• Extracted records
────────────────────────────────────────
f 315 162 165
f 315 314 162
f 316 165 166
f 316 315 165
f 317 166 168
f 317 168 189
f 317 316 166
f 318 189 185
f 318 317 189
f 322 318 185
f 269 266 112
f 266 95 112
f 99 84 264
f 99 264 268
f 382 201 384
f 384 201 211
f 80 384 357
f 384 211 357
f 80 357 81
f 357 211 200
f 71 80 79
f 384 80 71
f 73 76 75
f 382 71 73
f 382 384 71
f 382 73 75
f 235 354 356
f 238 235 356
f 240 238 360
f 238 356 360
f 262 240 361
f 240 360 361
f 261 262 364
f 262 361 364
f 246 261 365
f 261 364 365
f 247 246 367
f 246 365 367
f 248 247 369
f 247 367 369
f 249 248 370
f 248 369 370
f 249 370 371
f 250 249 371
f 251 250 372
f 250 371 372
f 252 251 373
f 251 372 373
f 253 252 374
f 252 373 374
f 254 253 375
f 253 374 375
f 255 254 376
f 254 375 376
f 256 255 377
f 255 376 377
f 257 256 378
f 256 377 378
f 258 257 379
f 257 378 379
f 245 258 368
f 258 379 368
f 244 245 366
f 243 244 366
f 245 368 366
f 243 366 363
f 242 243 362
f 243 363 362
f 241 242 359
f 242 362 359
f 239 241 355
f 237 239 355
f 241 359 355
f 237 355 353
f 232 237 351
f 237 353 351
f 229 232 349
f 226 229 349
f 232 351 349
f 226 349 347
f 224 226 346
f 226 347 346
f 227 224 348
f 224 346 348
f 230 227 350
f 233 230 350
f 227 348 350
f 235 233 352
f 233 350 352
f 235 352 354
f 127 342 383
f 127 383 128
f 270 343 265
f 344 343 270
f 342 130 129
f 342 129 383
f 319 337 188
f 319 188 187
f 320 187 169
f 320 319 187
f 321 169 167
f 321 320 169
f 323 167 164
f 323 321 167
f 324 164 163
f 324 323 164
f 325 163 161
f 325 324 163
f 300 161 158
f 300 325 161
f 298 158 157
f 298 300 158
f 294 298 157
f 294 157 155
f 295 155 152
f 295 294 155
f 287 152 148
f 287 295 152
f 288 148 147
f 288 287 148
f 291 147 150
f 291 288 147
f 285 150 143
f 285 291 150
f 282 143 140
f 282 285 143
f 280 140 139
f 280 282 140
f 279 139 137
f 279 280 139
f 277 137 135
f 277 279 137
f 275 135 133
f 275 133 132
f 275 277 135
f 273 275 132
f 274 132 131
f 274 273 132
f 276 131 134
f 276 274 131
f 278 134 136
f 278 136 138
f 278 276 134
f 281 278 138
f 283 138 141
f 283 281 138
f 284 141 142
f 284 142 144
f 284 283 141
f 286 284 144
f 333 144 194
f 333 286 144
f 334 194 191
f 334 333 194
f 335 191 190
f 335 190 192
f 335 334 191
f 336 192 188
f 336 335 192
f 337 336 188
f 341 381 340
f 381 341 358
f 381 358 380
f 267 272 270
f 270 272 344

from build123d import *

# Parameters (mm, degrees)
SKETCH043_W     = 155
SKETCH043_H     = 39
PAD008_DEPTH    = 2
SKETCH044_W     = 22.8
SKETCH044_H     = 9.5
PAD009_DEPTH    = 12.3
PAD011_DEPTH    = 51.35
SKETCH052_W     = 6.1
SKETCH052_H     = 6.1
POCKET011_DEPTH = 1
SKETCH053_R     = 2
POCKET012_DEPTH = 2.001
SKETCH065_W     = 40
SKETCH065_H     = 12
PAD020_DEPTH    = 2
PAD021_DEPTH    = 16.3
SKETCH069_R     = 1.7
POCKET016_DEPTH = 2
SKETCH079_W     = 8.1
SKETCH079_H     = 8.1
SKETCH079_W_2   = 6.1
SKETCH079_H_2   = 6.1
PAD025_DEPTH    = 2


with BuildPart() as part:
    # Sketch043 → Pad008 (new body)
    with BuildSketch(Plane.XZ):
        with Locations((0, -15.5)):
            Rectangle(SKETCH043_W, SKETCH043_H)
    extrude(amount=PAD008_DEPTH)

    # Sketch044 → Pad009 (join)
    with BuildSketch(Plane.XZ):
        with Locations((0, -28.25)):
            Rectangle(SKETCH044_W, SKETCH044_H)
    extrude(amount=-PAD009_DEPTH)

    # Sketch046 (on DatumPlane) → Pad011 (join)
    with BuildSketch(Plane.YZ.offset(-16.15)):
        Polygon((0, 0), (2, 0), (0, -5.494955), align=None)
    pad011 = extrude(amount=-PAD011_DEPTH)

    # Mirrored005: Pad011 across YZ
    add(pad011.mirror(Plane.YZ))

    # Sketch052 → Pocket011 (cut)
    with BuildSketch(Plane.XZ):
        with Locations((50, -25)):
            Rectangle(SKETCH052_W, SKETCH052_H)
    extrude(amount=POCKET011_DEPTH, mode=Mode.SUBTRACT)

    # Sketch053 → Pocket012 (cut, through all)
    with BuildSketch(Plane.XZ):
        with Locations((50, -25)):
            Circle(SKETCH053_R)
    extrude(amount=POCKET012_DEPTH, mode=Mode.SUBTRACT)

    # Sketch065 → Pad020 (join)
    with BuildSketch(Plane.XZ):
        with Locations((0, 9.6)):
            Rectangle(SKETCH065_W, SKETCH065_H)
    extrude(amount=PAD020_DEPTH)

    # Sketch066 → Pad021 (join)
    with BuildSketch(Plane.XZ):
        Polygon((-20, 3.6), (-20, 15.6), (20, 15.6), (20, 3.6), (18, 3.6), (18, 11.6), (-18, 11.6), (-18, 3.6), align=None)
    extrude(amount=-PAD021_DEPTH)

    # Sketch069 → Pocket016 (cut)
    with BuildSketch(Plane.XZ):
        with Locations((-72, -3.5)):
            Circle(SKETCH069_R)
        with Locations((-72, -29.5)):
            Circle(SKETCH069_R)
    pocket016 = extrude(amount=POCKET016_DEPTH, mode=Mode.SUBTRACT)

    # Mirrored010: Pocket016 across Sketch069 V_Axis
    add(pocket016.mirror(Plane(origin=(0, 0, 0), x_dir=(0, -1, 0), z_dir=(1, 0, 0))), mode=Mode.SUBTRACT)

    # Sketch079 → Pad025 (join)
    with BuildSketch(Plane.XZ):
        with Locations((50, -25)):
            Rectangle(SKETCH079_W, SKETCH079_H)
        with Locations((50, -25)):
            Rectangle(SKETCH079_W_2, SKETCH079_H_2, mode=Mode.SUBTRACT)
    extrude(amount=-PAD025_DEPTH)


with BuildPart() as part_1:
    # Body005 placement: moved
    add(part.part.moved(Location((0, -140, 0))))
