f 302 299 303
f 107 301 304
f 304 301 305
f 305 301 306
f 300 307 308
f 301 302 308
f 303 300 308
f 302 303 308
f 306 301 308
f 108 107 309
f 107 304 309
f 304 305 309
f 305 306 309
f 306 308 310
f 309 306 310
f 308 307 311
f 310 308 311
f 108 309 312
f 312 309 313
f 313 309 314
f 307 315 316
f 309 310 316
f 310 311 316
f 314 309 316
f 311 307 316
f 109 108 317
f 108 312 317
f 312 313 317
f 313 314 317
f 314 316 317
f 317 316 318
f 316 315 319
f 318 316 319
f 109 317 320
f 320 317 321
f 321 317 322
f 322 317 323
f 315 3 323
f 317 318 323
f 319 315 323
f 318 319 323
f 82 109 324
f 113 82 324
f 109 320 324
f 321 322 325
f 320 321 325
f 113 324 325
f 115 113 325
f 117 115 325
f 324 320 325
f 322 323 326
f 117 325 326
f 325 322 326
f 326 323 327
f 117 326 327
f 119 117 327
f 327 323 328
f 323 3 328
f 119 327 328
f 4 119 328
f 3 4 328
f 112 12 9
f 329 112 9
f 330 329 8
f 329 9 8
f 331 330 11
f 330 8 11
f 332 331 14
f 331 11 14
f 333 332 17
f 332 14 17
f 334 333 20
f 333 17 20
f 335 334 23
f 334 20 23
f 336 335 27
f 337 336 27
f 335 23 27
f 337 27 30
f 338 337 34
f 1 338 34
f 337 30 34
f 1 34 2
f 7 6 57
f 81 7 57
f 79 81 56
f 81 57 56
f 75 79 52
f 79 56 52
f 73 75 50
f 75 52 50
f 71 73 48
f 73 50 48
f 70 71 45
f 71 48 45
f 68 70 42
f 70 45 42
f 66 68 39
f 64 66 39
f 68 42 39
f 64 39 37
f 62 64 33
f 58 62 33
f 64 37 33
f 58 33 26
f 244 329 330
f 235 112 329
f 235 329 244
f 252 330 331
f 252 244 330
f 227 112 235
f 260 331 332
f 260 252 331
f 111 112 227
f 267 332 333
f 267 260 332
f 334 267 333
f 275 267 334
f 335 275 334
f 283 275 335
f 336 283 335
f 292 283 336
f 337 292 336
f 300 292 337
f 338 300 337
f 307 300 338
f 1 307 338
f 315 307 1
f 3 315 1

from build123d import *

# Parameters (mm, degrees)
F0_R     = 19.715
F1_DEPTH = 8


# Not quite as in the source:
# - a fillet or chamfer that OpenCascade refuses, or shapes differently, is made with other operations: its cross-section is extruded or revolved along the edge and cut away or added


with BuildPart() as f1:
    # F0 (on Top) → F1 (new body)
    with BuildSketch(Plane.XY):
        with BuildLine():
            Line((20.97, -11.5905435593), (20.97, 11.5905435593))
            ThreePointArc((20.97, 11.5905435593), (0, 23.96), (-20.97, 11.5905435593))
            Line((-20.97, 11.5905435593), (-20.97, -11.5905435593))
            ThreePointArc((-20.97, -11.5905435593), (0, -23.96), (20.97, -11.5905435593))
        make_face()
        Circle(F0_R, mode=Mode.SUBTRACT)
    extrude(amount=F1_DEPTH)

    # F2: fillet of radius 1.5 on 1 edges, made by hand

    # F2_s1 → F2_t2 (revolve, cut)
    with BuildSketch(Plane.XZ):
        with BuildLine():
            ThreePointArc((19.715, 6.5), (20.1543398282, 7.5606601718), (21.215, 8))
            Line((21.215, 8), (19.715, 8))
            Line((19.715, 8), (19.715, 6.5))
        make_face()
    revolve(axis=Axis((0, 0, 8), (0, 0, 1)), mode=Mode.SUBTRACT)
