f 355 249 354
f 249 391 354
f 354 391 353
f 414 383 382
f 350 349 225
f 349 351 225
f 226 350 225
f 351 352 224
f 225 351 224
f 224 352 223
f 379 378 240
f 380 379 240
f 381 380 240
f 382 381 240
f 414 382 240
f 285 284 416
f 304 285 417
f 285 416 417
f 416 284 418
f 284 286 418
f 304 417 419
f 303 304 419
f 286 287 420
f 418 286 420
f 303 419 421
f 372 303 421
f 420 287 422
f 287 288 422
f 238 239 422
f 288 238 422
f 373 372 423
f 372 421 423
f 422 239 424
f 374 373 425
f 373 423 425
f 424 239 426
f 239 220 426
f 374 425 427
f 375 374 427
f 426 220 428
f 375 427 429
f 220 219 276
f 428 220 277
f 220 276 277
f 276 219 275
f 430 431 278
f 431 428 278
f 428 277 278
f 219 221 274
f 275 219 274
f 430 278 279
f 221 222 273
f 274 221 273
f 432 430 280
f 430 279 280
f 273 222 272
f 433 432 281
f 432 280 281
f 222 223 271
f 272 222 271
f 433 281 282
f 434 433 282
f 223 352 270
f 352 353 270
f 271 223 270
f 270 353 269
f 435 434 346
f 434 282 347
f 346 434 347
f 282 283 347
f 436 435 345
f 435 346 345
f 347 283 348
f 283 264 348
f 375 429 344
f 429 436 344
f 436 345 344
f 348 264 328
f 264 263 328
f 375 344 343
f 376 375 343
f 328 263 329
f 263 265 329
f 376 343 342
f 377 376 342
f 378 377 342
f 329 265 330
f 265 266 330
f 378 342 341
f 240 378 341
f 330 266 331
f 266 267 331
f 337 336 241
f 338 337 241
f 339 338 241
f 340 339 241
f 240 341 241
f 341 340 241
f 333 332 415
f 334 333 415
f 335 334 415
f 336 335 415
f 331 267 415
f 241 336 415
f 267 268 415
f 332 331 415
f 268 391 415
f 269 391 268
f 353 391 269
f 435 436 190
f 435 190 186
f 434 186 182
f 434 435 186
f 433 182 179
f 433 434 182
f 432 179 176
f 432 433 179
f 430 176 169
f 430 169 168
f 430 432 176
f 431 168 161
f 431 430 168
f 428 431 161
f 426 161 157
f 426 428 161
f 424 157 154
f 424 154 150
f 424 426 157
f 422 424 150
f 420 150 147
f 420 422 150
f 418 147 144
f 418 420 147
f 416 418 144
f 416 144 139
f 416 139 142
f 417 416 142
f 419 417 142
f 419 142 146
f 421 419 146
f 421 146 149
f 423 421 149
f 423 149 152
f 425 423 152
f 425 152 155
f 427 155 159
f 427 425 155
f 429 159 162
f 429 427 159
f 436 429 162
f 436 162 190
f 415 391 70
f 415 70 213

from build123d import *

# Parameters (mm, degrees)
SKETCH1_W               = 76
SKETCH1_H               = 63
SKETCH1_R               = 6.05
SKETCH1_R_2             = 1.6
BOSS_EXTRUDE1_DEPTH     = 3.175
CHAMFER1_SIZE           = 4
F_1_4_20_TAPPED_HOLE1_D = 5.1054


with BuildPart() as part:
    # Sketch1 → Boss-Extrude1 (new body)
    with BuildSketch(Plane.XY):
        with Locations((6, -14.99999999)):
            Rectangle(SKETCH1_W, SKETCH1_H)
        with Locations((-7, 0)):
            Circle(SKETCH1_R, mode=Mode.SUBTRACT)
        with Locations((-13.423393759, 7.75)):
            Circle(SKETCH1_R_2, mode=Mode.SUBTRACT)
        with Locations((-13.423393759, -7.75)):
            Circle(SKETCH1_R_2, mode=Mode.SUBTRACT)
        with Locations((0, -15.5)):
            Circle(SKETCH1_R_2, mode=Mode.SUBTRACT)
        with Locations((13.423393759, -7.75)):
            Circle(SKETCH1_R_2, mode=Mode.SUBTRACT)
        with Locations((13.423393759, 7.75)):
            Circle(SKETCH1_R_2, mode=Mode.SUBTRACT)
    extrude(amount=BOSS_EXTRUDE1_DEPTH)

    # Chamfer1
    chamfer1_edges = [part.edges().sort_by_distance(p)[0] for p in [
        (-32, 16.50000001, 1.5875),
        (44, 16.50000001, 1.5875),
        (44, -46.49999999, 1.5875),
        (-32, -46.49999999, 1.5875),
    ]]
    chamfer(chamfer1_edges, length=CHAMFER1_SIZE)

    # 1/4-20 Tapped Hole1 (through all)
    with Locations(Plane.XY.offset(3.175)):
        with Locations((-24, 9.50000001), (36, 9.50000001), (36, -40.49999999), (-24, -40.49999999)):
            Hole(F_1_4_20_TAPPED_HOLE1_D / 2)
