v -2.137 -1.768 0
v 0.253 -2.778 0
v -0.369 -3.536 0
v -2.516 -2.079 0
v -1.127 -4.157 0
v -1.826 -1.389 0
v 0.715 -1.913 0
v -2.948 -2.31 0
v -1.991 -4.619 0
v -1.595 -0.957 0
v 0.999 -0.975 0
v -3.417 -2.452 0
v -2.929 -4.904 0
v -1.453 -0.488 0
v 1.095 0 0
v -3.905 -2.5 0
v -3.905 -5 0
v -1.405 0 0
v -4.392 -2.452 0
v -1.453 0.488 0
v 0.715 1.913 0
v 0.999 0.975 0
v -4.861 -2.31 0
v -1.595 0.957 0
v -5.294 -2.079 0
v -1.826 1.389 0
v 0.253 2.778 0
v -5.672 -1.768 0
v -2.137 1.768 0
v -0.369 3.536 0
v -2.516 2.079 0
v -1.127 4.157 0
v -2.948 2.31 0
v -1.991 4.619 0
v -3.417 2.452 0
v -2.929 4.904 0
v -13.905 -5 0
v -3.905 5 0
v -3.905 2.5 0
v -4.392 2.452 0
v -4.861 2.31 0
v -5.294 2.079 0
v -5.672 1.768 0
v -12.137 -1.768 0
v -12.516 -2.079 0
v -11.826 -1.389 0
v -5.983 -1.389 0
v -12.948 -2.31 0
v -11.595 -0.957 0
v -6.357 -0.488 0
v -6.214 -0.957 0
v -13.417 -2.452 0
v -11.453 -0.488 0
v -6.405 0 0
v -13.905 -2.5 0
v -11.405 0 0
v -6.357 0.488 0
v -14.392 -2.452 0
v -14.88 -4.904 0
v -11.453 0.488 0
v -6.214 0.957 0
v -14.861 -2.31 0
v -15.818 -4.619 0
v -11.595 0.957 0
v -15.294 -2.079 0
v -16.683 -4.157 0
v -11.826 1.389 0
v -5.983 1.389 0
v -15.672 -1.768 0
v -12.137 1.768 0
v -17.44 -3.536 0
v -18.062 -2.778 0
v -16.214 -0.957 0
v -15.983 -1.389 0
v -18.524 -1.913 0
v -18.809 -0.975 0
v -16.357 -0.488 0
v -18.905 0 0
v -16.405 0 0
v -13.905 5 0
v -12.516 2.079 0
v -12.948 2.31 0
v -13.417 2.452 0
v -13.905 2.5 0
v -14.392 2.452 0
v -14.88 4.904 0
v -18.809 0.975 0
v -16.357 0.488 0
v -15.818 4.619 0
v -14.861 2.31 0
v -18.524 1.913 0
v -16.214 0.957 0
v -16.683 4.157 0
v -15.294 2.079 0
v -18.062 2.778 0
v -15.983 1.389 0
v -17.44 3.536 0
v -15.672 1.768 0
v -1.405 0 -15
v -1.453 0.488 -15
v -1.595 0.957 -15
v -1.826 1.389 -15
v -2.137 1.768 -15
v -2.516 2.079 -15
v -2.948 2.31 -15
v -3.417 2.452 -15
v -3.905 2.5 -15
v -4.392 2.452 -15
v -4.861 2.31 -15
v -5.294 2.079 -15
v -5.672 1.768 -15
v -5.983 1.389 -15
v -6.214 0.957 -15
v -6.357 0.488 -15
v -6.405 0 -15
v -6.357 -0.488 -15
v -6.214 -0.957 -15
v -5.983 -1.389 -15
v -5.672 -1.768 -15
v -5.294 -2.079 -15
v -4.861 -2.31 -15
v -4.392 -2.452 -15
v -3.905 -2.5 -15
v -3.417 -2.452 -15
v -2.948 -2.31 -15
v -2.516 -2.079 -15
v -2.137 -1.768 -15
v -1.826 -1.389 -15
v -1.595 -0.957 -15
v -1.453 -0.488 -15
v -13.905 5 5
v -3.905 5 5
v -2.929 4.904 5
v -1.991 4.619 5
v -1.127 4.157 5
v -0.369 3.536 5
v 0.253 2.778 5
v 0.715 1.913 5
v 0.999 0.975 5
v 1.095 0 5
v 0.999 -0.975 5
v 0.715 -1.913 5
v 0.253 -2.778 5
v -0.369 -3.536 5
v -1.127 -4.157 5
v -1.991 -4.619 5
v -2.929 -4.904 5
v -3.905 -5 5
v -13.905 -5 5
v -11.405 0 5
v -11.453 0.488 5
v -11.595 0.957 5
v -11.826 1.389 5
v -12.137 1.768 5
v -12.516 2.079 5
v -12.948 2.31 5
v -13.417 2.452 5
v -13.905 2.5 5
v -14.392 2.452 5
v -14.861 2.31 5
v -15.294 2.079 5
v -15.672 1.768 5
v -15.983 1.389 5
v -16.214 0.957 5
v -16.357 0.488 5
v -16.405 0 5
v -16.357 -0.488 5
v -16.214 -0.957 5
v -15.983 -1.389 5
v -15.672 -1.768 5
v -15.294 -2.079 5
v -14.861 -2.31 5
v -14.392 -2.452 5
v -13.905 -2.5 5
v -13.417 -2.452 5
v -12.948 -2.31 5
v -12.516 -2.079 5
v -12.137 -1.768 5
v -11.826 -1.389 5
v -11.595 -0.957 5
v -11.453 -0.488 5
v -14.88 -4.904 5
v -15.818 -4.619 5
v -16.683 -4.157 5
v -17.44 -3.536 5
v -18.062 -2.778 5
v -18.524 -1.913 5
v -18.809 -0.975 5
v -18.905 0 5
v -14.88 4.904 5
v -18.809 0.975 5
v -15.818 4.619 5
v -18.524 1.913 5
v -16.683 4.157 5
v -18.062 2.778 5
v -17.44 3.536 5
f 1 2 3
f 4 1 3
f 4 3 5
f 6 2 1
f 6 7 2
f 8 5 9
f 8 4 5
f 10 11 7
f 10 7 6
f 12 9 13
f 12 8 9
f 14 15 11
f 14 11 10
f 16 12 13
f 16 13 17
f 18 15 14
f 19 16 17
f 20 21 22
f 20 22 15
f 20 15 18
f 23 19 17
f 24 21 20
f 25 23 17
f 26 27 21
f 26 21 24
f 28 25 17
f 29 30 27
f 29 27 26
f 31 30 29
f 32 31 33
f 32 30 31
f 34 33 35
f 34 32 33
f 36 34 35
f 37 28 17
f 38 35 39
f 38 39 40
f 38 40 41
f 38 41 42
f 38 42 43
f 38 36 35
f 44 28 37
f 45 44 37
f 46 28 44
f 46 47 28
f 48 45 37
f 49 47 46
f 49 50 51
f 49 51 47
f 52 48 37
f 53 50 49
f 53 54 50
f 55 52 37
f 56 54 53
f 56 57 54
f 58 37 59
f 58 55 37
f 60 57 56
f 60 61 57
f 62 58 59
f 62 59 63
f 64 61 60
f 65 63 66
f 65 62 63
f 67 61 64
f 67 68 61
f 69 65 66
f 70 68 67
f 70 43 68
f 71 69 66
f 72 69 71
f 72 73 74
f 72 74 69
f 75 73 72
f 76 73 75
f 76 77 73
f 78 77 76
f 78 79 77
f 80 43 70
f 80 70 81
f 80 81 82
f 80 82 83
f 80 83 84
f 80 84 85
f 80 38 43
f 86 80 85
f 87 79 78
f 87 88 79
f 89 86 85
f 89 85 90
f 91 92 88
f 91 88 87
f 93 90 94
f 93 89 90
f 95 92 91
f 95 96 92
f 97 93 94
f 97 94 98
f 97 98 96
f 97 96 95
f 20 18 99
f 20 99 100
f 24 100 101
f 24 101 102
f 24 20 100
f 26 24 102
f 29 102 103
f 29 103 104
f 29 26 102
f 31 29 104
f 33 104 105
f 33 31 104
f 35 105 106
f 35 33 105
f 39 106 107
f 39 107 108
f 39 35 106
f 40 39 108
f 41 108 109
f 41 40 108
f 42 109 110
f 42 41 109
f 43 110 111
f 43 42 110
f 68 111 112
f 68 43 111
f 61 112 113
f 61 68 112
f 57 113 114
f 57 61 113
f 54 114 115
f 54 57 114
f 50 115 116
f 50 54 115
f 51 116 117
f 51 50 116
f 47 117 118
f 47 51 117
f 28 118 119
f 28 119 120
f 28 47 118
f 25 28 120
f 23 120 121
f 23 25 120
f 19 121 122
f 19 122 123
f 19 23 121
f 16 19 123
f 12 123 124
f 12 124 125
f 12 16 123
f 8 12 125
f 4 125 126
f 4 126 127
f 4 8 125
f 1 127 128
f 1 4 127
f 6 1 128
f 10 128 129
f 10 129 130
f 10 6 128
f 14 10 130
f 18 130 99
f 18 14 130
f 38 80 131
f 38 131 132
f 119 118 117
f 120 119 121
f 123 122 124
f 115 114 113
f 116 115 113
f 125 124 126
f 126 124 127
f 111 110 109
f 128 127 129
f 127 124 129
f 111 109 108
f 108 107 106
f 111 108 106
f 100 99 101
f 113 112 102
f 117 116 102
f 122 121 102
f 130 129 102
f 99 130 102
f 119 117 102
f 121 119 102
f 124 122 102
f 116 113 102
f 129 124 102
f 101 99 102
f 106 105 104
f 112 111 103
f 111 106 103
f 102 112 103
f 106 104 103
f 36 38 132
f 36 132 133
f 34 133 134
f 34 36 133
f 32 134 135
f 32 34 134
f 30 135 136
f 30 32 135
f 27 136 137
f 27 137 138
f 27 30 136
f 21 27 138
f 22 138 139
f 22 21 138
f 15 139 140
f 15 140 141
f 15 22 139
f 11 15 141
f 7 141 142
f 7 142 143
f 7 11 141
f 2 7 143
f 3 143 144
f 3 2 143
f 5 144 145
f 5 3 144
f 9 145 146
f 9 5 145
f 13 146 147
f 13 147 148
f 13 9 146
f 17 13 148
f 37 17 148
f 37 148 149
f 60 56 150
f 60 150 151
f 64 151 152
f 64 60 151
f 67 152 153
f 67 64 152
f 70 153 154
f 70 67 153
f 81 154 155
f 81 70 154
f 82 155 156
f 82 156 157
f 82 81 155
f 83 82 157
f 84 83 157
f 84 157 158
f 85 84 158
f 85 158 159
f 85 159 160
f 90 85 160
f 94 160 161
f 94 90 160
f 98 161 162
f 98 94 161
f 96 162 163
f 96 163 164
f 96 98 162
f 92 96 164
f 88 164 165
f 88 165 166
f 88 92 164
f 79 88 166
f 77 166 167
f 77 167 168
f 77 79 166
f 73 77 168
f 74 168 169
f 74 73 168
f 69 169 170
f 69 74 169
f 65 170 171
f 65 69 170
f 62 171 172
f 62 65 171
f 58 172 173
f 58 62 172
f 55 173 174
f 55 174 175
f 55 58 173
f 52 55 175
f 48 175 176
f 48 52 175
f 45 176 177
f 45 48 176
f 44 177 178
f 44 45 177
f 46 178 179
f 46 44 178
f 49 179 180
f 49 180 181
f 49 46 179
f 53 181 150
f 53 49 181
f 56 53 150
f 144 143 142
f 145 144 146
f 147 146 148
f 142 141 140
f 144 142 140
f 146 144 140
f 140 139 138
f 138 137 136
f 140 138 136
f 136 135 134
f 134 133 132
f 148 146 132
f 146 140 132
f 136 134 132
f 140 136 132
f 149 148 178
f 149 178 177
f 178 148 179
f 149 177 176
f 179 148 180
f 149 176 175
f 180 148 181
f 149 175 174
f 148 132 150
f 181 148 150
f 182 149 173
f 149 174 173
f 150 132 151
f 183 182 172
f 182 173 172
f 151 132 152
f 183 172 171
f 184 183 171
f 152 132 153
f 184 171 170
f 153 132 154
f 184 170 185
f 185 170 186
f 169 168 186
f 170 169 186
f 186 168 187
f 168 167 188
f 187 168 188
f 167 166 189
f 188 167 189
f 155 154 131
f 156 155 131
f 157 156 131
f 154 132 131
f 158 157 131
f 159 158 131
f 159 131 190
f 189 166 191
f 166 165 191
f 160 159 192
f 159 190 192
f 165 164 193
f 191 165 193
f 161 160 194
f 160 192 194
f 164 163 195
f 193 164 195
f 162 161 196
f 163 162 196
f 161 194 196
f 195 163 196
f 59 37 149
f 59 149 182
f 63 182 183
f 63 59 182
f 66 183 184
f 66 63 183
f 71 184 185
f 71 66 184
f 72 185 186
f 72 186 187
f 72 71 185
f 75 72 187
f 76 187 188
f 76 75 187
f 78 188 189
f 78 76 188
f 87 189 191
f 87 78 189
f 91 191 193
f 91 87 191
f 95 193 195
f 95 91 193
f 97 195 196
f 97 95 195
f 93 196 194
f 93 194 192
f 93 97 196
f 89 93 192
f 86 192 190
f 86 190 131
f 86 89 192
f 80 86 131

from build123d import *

# Parameters (mm, degrees)
SKETCH1_R           = 2.5
BOSS_EXTRUDE1_DEPTH = 5
SKETCH1_3_R         = 2.5
BOSS_EXTRUDE2_DEPTH = 15


with BuildPart() as part:
    # Sketch1 → Boss-Extrude1 (new body)
    with BuildSketch(Plane.XY):
        with BuildLine():
            Line((-13.904710079, 5), (-3.904710079, 5))
            ThreePointArc((-3.904710079, 5), (1.095289921, 0), (-3.904710079, -5))
            Line((-3.904710079, -5), (-13.904710079, -5))
            ThreePointArc((-13.904710079, -5), (-18.904710079, 0), (-13.904710079, 5))
        make_face()
        with Locations((-13.904710079, 0)):
            Circle(SKETCH1_R, mode=Mode.SUBTRACT)
    extrude(amount=BOSS_EXTRUDE1_DEPTH)

    # Sketch1<3> → Boss-Extrude2 (add)
    with BuildSketch(Plane.XY):
        with Locations((-3.904710079, 0)):
            Circle(SKETCH1_3_R)
    extrude(amount=-BOSS_EXTRUDE2_DEPTH)


solid = part.part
────────────────────────────────────────
• What is expected
What lines in the material mention "through"? Copy every one of them.

• Answer box
    # Sketch053 → Pocket012 (cut, through all)
    # 1/4-20 Tapped Hole1 (through all)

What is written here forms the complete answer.